Policy Number: BIP091.P. Subject: Maternity and Newborn Care. Status: CURRENT. Effective Date / Last Review: April 1, 2026.
High-level summary: This policy aligns UnitedHealthcare West coverage for maternity and newborn services with applicable federal and California statutory requirements (including the Newborns' and Mothers' Health Protection Act and California Health and Safety Code provisions). It defines covered maternity and newborn services (prenatal and postnatal care, inpatient maternity care including labor/delivery/recovery, minimum hospital stays, newborn care and special care nursery services, circumcision conditions, and related diagnostic and ancillary services), describes provider/network requirements (plan providers and network/participating CNM/CM availability and authorization), specifies maternal mental health screening and program requirements, and lists specified exclusions.
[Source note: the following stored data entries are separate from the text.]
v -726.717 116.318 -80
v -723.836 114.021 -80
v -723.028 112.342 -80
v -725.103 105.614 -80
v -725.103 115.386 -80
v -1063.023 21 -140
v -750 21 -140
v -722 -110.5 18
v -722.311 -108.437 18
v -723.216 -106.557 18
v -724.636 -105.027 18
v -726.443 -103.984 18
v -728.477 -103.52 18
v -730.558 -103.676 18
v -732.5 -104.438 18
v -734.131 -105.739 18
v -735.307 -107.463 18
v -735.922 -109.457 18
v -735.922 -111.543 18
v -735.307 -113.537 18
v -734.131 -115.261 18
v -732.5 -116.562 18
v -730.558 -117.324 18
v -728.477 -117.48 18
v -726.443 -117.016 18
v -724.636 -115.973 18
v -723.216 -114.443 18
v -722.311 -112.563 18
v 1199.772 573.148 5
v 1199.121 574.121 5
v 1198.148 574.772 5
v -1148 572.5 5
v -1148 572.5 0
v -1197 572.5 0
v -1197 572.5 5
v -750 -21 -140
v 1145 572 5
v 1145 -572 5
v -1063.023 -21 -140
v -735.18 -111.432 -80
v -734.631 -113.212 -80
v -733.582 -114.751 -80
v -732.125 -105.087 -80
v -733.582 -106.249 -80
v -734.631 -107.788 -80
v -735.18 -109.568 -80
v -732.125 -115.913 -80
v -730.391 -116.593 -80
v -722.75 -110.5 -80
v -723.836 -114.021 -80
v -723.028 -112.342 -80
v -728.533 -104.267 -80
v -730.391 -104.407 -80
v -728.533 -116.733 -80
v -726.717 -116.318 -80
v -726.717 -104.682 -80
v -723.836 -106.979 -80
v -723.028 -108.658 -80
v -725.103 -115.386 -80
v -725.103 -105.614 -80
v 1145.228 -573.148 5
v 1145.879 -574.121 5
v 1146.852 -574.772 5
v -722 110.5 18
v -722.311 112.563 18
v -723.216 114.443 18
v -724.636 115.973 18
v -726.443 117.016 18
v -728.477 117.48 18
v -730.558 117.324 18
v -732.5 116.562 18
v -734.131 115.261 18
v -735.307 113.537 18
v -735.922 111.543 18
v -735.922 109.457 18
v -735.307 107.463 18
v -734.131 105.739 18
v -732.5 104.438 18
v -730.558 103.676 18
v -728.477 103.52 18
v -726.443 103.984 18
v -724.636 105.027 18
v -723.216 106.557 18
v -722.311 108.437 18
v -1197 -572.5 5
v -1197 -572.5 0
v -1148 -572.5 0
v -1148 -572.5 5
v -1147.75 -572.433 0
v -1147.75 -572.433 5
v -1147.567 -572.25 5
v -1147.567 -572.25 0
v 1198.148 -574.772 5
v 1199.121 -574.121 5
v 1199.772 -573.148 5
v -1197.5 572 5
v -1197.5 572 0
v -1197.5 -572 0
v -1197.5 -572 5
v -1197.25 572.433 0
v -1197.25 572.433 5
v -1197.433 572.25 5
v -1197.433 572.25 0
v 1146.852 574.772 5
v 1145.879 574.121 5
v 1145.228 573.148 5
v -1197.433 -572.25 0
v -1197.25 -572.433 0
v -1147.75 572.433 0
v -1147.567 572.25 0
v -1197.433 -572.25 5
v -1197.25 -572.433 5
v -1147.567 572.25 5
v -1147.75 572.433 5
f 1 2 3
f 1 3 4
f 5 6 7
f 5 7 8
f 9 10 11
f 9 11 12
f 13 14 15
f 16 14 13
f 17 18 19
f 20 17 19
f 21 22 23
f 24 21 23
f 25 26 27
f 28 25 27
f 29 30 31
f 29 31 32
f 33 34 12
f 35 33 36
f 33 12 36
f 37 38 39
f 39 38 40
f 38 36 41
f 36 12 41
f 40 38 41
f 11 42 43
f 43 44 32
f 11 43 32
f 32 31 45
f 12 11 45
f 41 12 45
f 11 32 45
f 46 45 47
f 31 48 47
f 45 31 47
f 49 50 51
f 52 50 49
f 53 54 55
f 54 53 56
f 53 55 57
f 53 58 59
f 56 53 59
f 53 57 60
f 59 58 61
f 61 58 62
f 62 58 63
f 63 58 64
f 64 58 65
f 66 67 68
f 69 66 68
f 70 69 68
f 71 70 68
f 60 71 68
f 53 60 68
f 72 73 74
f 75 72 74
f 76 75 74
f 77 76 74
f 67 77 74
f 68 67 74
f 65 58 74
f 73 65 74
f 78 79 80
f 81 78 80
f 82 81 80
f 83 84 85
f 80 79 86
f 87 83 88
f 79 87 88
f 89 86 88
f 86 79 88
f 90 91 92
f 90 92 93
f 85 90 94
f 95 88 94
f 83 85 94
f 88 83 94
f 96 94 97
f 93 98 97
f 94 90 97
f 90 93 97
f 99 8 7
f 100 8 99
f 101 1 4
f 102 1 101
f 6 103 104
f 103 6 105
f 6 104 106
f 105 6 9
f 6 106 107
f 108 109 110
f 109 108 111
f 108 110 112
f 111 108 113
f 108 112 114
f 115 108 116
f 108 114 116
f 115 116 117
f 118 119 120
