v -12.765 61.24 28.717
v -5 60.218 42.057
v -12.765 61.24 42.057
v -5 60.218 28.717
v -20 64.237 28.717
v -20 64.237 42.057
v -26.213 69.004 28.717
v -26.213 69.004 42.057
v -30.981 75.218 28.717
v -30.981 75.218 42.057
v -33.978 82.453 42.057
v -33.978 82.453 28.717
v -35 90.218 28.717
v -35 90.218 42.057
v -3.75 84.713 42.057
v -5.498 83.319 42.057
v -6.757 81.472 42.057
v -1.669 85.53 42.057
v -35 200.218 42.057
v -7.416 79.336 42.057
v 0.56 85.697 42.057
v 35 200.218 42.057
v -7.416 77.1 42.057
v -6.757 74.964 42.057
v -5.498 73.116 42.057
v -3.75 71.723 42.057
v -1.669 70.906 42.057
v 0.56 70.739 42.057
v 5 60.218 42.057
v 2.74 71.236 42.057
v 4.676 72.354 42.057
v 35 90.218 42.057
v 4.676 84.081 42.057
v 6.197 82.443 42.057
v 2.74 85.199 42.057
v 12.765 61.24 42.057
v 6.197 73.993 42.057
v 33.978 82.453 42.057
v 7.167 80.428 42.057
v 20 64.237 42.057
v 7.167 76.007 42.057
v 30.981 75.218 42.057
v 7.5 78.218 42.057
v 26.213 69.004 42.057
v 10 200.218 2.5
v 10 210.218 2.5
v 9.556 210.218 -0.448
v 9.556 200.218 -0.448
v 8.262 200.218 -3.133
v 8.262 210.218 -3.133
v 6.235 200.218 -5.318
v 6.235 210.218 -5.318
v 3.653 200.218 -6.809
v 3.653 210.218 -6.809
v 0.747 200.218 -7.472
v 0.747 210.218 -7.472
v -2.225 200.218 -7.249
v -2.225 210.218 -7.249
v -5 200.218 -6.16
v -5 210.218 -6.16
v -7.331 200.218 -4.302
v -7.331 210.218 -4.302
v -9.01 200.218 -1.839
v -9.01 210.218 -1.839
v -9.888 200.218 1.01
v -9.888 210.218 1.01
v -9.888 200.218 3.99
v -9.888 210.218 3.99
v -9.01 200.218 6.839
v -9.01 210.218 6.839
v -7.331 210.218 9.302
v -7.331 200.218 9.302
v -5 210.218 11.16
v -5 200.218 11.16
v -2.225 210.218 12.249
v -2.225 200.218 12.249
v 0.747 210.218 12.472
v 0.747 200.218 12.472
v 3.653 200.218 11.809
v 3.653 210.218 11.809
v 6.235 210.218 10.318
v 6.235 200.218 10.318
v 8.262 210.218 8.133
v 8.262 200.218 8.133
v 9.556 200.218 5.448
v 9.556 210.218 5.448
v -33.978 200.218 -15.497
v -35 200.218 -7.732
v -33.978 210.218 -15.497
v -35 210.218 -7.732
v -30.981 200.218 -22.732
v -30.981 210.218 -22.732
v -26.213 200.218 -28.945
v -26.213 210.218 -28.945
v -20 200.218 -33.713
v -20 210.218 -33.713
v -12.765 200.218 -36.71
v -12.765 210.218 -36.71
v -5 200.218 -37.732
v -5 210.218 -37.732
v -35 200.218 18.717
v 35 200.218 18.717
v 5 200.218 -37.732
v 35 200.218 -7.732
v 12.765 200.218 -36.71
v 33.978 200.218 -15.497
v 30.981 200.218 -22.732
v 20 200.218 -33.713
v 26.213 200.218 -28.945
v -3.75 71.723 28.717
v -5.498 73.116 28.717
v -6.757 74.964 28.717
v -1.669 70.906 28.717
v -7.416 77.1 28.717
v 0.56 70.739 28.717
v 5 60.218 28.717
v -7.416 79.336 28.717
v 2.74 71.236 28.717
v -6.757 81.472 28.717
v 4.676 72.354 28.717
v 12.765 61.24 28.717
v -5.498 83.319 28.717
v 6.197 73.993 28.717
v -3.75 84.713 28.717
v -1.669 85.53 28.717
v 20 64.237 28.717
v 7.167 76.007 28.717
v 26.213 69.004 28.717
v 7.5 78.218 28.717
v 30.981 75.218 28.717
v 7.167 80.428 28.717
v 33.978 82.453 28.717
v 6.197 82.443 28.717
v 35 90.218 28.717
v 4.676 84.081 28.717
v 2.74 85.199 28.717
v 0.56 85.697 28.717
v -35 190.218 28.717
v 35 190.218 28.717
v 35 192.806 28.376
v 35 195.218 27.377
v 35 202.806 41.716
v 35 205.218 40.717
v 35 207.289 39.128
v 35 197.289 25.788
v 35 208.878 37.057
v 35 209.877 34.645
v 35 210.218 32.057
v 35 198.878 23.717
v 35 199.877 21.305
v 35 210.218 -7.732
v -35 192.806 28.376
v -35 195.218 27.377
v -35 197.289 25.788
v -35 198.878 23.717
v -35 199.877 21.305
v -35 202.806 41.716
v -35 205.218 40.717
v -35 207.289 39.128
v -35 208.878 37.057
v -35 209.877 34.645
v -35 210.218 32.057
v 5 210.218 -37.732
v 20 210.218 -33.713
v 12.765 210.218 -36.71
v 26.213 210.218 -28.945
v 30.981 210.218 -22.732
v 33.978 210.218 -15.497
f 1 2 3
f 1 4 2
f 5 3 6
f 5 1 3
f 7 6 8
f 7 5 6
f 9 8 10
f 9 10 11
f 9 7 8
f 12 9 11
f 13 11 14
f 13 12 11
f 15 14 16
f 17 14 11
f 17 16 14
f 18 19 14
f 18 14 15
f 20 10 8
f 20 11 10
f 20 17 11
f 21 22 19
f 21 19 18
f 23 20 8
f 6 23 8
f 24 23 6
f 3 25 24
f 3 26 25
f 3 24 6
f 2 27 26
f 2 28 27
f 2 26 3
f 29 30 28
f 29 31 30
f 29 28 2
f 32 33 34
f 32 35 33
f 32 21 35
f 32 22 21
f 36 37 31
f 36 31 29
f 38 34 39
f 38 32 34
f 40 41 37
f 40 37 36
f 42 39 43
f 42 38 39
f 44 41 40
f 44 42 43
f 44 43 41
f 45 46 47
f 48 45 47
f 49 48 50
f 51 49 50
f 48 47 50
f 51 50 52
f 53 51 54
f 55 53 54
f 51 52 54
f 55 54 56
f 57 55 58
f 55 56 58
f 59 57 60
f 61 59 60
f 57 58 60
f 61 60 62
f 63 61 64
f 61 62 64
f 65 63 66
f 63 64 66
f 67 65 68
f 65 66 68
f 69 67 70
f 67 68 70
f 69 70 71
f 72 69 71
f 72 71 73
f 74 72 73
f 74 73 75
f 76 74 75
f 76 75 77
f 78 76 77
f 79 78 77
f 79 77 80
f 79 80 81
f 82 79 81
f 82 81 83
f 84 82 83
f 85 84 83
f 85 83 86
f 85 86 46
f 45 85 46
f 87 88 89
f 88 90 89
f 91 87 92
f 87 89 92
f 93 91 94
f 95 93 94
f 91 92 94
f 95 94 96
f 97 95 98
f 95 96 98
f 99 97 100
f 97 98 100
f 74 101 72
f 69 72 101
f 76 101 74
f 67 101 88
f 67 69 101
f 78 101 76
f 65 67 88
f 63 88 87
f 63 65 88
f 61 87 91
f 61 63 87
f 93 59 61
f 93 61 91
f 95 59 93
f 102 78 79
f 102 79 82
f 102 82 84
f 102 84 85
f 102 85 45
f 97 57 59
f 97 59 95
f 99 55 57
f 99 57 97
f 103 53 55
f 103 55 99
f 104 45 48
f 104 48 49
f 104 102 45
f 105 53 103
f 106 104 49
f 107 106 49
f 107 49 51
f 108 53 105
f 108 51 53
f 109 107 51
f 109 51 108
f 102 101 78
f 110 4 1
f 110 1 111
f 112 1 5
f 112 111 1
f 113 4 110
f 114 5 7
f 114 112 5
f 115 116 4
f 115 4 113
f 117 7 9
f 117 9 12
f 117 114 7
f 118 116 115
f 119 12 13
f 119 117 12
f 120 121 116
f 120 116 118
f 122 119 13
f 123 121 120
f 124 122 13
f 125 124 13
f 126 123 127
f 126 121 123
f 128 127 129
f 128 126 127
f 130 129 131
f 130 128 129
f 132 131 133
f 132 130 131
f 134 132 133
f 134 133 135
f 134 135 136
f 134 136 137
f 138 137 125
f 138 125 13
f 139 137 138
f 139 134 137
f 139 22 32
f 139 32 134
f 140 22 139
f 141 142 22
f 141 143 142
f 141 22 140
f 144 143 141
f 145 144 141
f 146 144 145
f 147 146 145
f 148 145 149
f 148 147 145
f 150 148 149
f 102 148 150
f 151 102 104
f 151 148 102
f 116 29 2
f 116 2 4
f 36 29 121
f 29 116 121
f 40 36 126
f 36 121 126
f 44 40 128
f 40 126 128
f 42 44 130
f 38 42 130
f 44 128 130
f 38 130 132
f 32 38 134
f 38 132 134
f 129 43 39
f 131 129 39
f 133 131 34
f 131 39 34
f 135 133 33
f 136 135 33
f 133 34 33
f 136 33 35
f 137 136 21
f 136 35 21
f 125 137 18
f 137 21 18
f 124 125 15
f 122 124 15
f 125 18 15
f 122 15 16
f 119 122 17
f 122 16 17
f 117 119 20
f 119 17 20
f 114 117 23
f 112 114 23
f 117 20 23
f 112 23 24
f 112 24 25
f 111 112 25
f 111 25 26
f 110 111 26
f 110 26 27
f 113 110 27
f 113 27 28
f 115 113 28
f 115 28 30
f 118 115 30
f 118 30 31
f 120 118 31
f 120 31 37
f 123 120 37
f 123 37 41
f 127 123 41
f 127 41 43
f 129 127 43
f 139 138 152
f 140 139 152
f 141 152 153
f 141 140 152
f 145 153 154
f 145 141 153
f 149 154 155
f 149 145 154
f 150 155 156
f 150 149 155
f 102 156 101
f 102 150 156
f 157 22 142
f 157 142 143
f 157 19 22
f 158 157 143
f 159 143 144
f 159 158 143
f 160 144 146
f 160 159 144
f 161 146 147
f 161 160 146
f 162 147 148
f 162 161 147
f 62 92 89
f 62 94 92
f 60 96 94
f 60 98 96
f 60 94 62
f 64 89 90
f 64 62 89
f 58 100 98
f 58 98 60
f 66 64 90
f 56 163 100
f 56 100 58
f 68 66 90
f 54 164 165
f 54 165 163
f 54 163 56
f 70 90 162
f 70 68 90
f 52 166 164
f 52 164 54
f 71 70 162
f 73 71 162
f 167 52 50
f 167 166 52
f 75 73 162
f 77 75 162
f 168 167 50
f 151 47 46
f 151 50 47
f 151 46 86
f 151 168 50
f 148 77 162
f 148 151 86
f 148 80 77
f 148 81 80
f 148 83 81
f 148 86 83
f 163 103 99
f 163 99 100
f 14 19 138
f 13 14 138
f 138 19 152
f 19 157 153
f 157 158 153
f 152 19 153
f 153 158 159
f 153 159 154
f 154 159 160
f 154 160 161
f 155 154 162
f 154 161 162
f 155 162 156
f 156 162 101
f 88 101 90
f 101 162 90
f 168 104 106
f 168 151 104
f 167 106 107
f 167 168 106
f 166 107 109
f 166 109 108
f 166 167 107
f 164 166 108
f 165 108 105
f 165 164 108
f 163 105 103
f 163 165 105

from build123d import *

# Parameters (mm, degrees)
BOSS_EXTRUDE1_DEPTH      = 35
BOSS_EXTRUDE1_DEPTH_BACK = 35
SKETCH2_R                = 10
CUT_EXTRUDE1_DEPTH       = 35
SKETCH3_R                = 7.5
CUT_EXTRUDE2_DEPTH       = 80.78895104
FILLET1_R                = 30
FILLET2_R                = 10


with BuildPart() as part:
    # Sketch1 → Boss-Extrude1 (new body, two sides)
    with BuildSketch(Plane(origin=(0, 0, 0), x_dir=(0, 0, -1), z_dir=(1, 0, 0))) as boss_extrude1_sk:
        Polygon((-42.056921018, 166.399972685), (-42.056921018, 60.21769331), (-28.717037647, 60.21769331), (-28.717037647, 200.21769331), (37.732030022, 200.21769331), (37.732030022, 210.21769331), (-42.056921018, 210.21769331), align=None)
    extrude(amount=BOSS_EXTRUDE1_DEPTH)
    extrude(boss_extrude1_sk.sketch, amount=-BOSS_EXTRUDE1_DEPTH_BACK)

    # Sketch2 → Cut-Extrude1 (cut)
    with BuildSketch(Plane(origin=(0, 210.21769331, 0), x_dir=(1, 0, 0), z_dir=(0, 1, 0))):
        with Locations((0, -2.5)):
            Circle(SKETCH2_R)
    extrude(amount=-CUT_EXTRUDE1_DEPTH, mode=Mode.SUBTRACT)

    # Sketch3 → Cut-Extrude2 (cut, through all)
    with BuildSketch(Plane.XY.offset(42.056921018)):
        with Locations((0, 78.21769331)):
            Circle(SKETCH3_R)
    extrude(amount=-CUT_EXTRUDE2_DEPTH, mode=Mode.SUBTRACT)

    # Fillet1
    fillet1_edges = [part.edges().sort_by_distance(p)[0] for p in [
        (-35, 60.21769331, 35.386979332),
        (35, 60.21769331, 35.386979332),
        (35, 205.21769331, -37.732030022),
        (-35, 205.21769331, -37.732030022),
    ]]
    fillet(fillet1_edges, radius=FILLET1_R)

    # Fillet2
    fillet2_edges = [part.edges().sort_by_distance(p)[0] for p in [
        (0, 210.21769331, 42.056921018),
        (0, 200.21769331, 28.717037647),
    ]]
    fillet(fillet2_edges, radius=FILLET2_R)


solid = part.part
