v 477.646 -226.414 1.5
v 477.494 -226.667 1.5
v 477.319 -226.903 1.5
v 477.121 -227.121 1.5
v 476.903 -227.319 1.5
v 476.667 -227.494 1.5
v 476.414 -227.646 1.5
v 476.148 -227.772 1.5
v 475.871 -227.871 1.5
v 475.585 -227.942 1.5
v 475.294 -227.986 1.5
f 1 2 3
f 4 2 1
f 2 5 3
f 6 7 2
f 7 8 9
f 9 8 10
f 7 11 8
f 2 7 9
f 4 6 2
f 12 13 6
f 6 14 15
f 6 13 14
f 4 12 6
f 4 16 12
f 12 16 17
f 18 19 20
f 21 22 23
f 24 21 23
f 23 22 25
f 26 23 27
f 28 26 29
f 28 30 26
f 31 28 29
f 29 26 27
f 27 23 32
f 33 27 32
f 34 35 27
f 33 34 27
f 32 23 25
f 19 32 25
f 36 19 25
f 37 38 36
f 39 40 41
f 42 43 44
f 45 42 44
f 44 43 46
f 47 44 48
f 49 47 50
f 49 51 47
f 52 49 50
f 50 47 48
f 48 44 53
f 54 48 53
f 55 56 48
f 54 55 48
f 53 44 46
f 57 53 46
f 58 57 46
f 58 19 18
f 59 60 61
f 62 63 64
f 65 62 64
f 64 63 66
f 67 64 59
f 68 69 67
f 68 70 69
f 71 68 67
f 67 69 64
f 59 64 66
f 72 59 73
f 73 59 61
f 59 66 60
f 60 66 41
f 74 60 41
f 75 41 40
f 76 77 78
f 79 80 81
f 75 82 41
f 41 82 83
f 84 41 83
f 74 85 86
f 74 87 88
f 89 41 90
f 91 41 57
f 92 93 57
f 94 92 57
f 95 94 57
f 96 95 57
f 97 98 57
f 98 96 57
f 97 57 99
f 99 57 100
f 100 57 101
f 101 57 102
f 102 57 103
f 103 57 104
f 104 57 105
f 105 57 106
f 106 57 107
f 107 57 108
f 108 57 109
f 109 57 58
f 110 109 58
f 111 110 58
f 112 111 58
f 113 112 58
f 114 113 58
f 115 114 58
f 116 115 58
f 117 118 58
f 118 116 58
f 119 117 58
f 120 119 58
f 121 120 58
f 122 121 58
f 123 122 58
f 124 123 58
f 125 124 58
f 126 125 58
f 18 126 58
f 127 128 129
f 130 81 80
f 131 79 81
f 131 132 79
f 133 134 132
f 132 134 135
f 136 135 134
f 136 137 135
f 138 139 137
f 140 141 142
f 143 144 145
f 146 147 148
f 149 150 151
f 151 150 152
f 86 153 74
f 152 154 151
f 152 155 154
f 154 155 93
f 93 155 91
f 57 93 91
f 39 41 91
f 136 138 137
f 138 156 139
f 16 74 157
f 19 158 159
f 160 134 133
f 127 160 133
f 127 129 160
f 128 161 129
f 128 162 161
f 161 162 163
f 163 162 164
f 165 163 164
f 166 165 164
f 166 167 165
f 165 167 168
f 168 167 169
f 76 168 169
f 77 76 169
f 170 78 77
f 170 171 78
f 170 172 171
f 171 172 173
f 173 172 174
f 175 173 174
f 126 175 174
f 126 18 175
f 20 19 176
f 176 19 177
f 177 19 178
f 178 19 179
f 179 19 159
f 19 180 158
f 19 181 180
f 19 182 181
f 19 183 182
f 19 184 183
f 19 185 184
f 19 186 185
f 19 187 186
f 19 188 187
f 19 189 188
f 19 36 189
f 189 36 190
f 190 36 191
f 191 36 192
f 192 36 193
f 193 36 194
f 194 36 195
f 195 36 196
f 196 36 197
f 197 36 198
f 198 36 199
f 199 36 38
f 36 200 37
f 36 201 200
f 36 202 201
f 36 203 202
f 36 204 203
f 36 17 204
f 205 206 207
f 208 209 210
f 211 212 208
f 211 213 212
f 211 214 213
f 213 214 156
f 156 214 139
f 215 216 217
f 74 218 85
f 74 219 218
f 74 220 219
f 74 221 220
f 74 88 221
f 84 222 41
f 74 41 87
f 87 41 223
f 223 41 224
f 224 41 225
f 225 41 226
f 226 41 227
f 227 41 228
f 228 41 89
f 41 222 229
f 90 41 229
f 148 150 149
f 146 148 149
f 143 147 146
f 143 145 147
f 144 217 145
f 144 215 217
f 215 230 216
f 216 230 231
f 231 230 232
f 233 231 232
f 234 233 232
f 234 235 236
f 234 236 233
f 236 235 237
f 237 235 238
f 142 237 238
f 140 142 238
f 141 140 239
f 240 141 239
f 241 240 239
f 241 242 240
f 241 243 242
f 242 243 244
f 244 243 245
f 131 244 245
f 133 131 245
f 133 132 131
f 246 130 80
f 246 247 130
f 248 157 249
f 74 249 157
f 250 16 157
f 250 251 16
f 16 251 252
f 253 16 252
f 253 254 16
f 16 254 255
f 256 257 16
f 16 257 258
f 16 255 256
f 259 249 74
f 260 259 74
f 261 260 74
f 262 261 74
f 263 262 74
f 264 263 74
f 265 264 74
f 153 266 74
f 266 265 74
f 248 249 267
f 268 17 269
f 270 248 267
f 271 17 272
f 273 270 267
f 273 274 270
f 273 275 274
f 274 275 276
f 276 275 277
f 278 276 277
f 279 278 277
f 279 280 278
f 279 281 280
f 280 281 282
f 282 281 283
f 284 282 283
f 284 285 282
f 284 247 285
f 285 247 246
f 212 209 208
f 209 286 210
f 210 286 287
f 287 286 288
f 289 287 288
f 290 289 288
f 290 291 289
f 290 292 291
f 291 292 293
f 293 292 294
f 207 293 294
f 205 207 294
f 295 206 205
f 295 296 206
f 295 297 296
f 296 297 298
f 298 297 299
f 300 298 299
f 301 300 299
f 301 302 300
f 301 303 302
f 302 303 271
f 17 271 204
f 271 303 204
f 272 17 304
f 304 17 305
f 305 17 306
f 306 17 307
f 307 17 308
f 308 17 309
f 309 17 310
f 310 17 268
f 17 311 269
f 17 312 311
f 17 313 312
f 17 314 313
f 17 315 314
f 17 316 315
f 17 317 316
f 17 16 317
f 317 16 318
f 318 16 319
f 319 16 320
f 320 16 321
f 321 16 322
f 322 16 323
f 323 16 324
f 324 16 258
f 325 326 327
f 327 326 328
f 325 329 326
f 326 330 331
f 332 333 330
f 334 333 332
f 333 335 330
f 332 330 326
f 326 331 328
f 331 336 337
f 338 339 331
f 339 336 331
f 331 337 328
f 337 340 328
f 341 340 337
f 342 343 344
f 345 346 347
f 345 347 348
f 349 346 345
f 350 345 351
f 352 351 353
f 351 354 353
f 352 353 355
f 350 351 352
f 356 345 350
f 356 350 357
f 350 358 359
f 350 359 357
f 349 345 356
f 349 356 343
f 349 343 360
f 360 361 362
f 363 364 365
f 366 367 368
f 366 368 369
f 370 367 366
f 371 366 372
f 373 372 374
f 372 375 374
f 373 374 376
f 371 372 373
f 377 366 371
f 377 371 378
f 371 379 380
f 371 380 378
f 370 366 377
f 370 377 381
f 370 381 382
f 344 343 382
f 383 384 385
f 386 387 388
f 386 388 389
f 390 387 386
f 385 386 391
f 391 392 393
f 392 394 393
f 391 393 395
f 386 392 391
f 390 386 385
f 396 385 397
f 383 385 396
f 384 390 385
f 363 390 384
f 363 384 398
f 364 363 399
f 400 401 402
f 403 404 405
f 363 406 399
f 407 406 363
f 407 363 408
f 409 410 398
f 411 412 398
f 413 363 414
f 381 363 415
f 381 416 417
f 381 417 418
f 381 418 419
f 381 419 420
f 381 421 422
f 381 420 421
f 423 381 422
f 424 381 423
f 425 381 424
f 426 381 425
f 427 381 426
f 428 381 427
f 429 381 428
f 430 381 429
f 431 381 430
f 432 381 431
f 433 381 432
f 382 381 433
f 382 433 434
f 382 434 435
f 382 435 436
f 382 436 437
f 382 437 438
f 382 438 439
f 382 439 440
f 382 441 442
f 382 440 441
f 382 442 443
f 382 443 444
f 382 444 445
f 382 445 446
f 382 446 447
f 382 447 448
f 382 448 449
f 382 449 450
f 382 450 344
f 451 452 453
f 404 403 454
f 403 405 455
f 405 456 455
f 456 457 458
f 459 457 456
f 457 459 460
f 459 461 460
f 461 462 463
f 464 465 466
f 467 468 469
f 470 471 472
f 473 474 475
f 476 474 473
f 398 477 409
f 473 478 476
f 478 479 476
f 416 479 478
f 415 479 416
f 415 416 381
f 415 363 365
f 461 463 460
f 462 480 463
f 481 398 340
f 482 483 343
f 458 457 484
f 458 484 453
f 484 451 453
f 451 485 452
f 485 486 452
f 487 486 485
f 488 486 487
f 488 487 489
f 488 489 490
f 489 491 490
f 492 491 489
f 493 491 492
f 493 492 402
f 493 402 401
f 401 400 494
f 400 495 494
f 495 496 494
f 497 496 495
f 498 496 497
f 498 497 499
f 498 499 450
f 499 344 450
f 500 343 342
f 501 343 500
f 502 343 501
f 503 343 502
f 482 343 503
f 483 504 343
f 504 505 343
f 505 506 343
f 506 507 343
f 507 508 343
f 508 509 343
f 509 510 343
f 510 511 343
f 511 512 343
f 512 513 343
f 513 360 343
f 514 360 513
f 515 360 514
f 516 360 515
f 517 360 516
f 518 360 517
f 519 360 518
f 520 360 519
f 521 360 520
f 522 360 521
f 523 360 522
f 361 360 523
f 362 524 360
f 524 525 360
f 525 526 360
Covered maternity/newborn services (high level): Prenatal office visits; postnatal office visits up to 6 weeks (42 days) post-delivery; outpatient physician services; screening and diagnostic laboratory and radiological procedures (including the California Prenatal Screening Program); prenatal diagnostic testing and genetic counseling; inpatient hospital care for labor, delivery and recovery; alternative birthing center services arranged by a network hospital; treatment of miscarriage and pregnancy/childbirth complications; physician and ancillary services related to medically necessary inpatient maternity care; postnatal hospital services including special care nursery; and circumcision coverage under specified conditions. The services of a doula are included when performed within the scope of their training as a doula.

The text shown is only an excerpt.